Review: Ezra Klein and Derek Thompson, Abundance (Simon & Schuster, 2025, 288 pp.)
Abundance, the new and much discussed work from the NYT’s Ezra Klein and the Atlantic’s Derek Thompson, is a book with two distinct visions. The authors would like to believe that these are, if not one and the same, then reconcilable. Unfortunately, they are not.
The first way to understand Abundance is as an intra-coalitional argument. Klein and Thompson are (they take great pains to remind us) liberals. And the book’s primary audience is fellow liberals, with the goal of galvanizing one side of an intra-liberal debate while chastising another.
In Klein and Thompson’s view, the liberal agenda is in conflict with itself. On the one hand, liberals want the state to deliver many goods and services efficiently and universally. They want health care and roads and houses and science funding and so on. Most importantly, they want the state to solve big problems: to fix climate change and disease and poverty and the rest.
On the other hand, liberals also want to regulate the processes by which these things are produced. They want to make sure that the housing is produced in a way that is not disruptive of community character, or doesn’t hand too much profit over to business. They want to make sure the solar panels are not constructed in a way that disrupts anyone’s view, or hurts endangered species. They want to distribute life-saving medication, but in a way that promotes racial equity.

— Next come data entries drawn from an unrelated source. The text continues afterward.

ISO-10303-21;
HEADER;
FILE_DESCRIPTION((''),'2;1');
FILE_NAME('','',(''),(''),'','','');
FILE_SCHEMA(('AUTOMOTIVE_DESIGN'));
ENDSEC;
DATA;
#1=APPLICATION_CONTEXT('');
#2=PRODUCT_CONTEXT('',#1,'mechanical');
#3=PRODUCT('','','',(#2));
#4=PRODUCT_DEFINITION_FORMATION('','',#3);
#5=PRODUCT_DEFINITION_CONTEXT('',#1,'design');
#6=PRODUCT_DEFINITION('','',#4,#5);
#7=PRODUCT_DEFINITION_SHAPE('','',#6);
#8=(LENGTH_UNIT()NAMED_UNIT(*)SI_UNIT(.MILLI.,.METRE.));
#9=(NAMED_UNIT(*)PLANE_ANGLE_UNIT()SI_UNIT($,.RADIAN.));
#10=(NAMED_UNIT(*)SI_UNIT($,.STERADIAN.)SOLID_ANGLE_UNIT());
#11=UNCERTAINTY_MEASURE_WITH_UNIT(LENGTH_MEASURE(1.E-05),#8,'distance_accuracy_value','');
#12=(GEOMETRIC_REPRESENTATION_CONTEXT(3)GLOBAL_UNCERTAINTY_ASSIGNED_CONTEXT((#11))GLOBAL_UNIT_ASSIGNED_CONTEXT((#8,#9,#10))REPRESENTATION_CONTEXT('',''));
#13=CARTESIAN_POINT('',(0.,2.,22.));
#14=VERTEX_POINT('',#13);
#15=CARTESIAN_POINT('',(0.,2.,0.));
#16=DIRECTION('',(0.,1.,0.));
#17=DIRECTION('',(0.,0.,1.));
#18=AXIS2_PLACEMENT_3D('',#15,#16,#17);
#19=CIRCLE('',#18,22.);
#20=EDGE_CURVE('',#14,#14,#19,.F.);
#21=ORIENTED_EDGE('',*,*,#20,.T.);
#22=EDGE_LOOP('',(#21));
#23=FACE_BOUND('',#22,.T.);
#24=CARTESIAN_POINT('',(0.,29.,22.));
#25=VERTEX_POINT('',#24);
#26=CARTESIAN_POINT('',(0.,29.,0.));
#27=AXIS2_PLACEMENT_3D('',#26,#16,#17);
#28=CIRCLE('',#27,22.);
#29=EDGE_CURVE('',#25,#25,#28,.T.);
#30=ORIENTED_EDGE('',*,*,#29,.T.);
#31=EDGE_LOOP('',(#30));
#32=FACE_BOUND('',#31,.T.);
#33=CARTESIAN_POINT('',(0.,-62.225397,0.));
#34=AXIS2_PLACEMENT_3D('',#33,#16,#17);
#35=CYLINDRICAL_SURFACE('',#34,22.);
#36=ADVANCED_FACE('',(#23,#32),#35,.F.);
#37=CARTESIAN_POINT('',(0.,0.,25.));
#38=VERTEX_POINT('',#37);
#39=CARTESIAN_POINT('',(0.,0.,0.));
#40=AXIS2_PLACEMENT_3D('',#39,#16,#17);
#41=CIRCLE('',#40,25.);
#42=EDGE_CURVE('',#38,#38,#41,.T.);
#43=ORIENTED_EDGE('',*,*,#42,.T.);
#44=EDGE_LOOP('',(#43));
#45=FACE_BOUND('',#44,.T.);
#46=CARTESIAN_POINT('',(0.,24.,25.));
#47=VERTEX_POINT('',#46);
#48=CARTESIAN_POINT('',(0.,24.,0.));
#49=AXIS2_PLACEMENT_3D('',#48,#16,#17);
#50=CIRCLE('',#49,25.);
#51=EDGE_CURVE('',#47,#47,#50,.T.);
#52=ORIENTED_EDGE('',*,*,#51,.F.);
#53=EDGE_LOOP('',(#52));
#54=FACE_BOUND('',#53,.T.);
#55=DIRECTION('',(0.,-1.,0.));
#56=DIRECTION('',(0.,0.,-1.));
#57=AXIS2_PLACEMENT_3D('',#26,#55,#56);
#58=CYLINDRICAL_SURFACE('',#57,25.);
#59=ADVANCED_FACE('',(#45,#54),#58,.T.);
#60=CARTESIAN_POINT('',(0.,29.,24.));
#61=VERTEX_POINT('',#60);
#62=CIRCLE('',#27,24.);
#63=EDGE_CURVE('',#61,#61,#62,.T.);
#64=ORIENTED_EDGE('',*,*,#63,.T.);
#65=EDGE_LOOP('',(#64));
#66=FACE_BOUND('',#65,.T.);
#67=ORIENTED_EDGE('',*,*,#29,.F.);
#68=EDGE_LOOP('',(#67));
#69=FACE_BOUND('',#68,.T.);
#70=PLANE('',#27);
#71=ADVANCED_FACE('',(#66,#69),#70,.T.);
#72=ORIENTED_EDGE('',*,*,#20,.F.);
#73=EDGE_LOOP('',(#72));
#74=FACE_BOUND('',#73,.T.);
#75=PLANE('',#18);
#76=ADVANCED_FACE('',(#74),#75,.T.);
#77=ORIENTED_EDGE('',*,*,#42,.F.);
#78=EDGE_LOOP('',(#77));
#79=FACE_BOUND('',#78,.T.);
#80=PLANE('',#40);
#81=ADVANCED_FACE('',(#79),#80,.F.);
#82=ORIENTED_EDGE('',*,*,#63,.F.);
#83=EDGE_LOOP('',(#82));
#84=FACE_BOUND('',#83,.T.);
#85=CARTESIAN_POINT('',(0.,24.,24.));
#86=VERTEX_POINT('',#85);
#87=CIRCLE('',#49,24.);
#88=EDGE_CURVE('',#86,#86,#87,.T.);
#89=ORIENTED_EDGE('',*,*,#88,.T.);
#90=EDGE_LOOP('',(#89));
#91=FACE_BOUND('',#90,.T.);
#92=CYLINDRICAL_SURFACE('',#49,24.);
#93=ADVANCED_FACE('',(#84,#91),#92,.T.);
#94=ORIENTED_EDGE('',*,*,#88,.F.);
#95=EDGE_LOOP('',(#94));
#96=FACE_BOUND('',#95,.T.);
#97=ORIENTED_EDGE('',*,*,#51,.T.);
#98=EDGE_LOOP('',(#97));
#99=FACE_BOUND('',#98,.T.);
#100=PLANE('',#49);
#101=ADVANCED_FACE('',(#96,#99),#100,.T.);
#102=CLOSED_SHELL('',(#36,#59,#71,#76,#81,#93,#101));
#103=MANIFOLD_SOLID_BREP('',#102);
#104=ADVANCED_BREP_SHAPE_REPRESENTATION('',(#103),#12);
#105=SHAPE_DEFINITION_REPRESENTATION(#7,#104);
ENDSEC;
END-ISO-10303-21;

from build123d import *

# Parameters (mm, degrees)
SKETCH1_R           = 25
BOSS_EXTRUDE1_DEPTH = 29
CUT_EXTRUDE1_START  = -5
SKETCH2_R           = 25
SKETCH2_R_2         = 24
CUT_EXTRUDE1_DEPTH  = 5
SKETCH3_R           = 22
CUT_EXTRUDE2_DEPTH  = 27


with BuildPart() as part:
    # Sketch1 → Boss-Extrude1 (new body)
    with BuildSketch(Plane(origin=(0, 0, 0), x_dir=(1, 0, 0), z_dir=(0, 1, 0))):
        with Locations(Location((0, 0, 0), (0, 0, 270))):
            Circle(SKETCH1_R)
    extrude(amount=BOSS_EXTRUDE1_DEPTH)

    # Sketch2 → Cut-Extrude1 (cut)
    with BuildSketch(Plane(origin=(0, 29, 0), x_dir=(1, 0, 0), z_dir=(0, 1, 0)).offset(CUT_EXTRUDE1_START)):
        with Locations(Location((0, 0, 0), (0, 0, 270))):
            Circle(SKETCH2_R)
        with Locations(Location((0, 0, 0), (0, 0, 270))):
            Circle(SKETCH2_R_2, mode=Mode.SUBTRACT)
    extrude(amount=CUT_EXTRUDE1_DEPTH, mode=Mode.SUBTRACT)

    # Sketch3 → Cut-Extrude2 (cut)
    with BuildSketch(Plane(origin=(0, 29, 0), x_dir=(1, 0, 0), z_dir=(0, 1, 0))):
        with Locations(Location((0, 0, 0), (0, 0, 270))):
            Circle(SKETCH3_R)
    extrude(amount=-CUT_EXTRUDE2_DEPTH, mode=Mode.SUBTRACT)


solid = part.part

Klein and Thompson think that liberals have leaned too heavily into this regulatory agenda, in a way that stifles the production of the things they want the state to produce. This position is obviously influenced by their experiences in California, a state where regulatory constraint has bottlenecked everything from housing to disaster relief. But they are informed also by the history of environmental and consumer-oriented regulation: the National Environmental Policy Act, Ralph Nader, Silent Spring, and so on.1
It is for this reason that many of Klein and Thompson’s left-wing critics (who are, bluntly, mostly operating in bad faith) accuse them of being crypto-rightists. Indeed, it is a little odd to read an explicitly progressive book that acknowledges, however obliquely, that the Endangered Species Act—one of the triumphs of 20th century liberalism—was probably on net a mistake.
But another, more practical inference is that Klein and Thompson are hard-headed realists. There are political consequences to blue America’s “procedure fetish.” Many blue states are projected to shrink substantially by the next congressional reapportionment. This is thanks largely to out-migration driven in turn by sky-high housing prices and the comparatively low cost of living in low-regulation states like Texas and Florida. As a result, the Electoral College may be simply out of reach for a real progressive for a generation.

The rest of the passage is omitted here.